Collected data entries
%%

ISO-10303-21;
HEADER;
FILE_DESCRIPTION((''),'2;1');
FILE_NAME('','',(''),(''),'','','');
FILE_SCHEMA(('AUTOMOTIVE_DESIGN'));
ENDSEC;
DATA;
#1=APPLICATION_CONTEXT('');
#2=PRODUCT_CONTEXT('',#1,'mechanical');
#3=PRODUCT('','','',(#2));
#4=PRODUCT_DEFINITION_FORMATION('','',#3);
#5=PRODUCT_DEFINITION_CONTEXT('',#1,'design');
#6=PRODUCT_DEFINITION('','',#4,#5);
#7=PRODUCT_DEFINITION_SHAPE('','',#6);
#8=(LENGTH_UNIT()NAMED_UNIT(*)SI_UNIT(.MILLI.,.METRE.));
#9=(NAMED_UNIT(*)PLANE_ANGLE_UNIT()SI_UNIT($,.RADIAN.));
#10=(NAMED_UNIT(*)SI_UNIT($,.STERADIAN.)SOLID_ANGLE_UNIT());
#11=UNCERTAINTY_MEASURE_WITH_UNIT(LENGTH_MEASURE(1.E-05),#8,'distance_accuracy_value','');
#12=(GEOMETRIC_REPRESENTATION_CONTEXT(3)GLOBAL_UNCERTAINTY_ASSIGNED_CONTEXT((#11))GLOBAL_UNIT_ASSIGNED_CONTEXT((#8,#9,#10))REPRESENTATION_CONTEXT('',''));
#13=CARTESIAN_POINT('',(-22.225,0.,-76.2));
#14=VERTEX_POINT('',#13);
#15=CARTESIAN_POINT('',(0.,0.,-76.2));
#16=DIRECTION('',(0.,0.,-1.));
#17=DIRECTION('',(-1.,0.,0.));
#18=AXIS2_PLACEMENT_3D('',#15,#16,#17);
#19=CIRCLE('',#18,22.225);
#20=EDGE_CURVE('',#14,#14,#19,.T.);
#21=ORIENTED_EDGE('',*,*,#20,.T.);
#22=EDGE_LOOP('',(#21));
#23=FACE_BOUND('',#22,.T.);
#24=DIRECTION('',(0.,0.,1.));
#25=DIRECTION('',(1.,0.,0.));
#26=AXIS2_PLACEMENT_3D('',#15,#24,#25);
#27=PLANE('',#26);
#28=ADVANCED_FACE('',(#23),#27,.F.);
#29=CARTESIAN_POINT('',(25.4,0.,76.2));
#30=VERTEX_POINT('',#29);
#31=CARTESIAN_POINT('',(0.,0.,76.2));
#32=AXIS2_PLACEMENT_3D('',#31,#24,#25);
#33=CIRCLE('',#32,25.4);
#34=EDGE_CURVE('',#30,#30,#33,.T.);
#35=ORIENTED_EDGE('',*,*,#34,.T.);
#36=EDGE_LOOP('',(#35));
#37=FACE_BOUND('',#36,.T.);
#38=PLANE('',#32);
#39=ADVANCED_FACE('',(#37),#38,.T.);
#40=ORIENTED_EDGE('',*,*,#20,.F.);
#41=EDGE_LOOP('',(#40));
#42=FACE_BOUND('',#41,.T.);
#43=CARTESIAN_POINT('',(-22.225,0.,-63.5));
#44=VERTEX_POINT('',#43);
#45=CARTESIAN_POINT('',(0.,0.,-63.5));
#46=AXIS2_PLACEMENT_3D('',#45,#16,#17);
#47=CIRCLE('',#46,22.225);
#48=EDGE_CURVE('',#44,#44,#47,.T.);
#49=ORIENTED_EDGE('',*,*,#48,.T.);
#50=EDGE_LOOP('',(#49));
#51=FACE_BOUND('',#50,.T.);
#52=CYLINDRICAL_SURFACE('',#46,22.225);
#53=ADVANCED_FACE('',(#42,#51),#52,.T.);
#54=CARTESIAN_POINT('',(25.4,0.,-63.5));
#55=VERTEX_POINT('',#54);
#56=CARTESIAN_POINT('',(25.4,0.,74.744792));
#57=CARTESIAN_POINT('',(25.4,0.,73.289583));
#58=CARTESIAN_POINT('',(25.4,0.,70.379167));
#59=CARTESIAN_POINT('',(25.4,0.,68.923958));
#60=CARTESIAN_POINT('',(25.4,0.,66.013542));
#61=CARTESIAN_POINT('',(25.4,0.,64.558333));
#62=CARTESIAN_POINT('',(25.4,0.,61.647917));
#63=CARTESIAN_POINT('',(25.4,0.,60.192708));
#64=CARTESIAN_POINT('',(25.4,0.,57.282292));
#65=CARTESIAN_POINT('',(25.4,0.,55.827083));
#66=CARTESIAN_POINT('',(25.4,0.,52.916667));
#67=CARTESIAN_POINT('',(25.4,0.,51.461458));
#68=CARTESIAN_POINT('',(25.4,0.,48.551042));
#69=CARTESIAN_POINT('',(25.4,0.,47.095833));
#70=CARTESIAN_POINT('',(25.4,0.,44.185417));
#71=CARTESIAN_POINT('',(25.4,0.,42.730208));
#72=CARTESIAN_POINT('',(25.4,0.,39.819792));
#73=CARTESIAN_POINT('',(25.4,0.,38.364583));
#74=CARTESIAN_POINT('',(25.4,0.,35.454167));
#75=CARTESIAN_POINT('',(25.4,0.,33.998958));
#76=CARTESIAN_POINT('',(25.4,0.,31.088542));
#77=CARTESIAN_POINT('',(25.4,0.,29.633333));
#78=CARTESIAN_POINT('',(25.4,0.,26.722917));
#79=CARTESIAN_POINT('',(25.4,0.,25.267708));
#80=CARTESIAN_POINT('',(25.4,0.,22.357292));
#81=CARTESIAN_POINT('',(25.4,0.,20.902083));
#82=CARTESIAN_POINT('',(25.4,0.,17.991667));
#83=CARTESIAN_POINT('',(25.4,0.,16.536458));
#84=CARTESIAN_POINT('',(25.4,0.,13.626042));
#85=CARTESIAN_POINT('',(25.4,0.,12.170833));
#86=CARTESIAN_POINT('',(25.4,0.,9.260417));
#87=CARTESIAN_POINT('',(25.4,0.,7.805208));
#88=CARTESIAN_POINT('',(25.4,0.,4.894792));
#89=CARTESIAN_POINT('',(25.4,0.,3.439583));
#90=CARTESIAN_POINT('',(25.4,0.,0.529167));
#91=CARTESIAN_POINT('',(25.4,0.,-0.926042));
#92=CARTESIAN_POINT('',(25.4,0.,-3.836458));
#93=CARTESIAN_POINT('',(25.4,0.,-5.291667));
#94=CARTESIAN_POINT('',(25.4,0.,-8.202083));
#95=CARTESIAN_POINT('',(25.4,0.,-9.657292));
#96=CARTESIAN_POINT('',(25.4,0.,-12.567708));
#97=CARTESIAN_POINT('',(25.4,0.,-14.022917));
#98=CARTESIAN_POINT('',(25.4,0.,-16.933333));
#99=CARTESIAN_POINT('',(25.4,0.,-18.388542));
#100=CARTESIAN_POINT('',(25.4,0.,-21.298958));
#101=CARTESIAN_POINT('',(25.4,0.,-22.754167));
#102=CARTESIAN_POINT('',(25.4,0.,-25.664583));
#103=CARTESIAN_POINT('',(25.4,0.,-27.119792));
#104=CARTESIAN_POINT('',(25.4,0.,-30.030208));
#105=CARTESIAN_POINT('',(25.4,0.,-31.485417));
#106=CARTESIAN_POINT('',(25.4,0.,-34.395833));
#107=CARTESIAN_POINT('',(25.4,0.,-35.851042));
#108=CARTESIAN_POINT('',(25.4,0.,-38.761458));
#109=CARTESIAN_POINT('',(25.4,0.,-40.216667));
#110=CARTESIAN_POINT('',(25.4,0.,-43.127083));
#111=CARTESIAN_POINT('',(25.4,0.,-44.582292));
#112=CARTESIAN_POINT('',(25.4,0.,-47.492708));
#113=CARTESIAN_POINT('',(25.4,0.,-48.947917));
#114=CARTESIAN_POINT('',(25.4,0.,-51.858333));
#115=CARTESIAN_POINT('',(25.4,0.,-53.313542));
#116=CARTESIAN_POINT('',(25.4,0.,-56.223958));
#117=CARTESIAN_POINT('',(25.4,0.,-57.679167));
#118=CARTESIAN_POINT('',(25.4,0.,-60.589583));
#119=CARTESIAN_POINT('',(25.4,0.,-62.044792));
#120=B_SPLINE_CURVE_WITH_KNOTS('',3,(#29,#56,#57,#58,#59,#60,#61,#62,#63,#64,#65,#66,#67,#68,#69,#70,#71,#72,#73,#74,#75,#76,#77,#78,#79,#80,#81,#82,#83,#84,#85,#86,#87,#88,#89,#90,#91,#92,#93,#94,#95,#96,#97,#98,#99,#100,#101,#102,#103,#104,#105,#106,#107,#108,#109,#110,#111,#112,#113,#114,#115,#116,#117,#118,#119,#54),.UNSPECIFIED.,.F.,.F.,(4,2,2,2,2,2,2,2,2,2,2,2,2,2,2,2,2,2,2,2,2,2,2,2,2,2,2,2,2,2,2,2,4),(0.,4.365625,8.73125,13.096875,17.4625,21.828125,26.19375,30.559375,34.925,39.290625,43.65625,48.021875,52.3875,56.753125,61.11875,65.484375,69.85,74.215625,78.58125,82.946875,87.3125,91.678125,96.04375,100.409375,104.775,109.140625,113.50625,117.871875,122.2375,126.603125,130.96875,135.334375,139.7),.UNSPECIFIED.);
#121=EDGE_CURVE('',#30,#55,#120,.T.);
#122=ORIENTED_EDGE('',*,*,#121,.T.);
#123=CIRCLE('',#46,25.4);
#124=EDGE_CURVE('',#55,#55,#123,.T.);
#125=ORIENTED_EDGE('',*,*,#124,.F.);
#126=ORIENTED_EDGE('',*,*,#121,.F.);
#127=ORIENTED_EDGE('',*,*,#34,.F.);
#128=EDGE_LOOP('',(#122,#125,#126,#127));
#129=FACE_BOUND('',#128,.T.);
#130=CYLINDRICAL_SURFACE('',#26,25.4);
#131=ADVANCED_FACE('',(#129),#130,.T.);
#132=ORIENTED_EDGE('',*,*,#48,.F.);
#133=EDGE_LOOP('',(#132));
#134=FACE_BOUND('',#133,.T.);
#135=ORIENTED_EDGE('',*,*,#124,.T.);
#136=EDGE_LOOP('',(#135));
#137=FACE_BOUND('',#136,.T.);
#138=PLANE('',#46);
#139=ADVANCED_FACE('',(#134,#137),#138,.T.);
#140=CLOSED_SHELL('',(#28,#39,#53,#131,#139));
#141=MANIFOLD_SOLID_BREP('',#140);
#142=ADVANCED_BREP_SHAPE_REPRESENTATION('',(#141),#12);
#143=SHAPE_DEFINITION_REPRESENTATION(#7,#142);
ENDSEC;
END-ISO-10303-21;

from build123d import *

# Parameters (mm, degrees)
BOSS_EXTRUDE2_START = 76.2
SKETCH1_R           = 25.4
BOSS_EXTRUDE2_DEPTH = 152.4
CUT_EXTRUDE1_START  = -12.7
SKETCH2_R           = 25.4
SKETCH2_R_2         = 22.225
CUT_EXTRUDE1_DEPTH  = 12.7


with BuildPart() as part:
    # Sketch1 → Boss-Extrude2 (new body)
    with BuildSketch(Plane.XY.offset(BOSS_EXTRUDE2_START)):
        Circle(SKETCH1_R)
    extrude(amount=-BOSS_EXTRUDE2_DEPTH)

    # Sketch2 → Cut-Extrude1 (cut)
    with BuildSketch(Plane(origin=(0, 0, -76.2), x_dir=(-1, 0, 0), z_dir=(0, 0, -1)).offset(CUT_EXTRUDE1_START)):
        with Locations(Location((0, 0, 0), (0, 0, 180))):
            Circle(SKETCH2_R)
        Circle(SKETCH2_R_2, mode=Mode.SUBTRACT)
    extrude(amount=CUT_EXTRUDE1_DEPTH, mode=Mode.SUBTRACT)


solid = part.part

%%

ASSIGNMENT: Starting at the line above that contains "#100=CARTESIAN_POINT('',(25.4,0.,-21.298958));", write out each line exactly until the line that contains "#105=CARTESIAN_POINT('',(25.4,0.,-31.485417));" has been written, and stop there.

ANSWER BOX:
#100=CARTESIAN_POINT('',(25.4,0.,-21.298958));
#101=CARTESIAN_POINT('',(25.4,0.,-22.754167));
#102=CARTESIAN_POINT('',(25.4,0.,-25.664583));
#103=CARTESIAN_POINT('',(25.4,0.,-27.119792));
#104=CARTESIAN_POINT('',(25.4,0.,-30.030208));
#105=CARTESIAN_POINT('',(25.4,0.,-31.485417));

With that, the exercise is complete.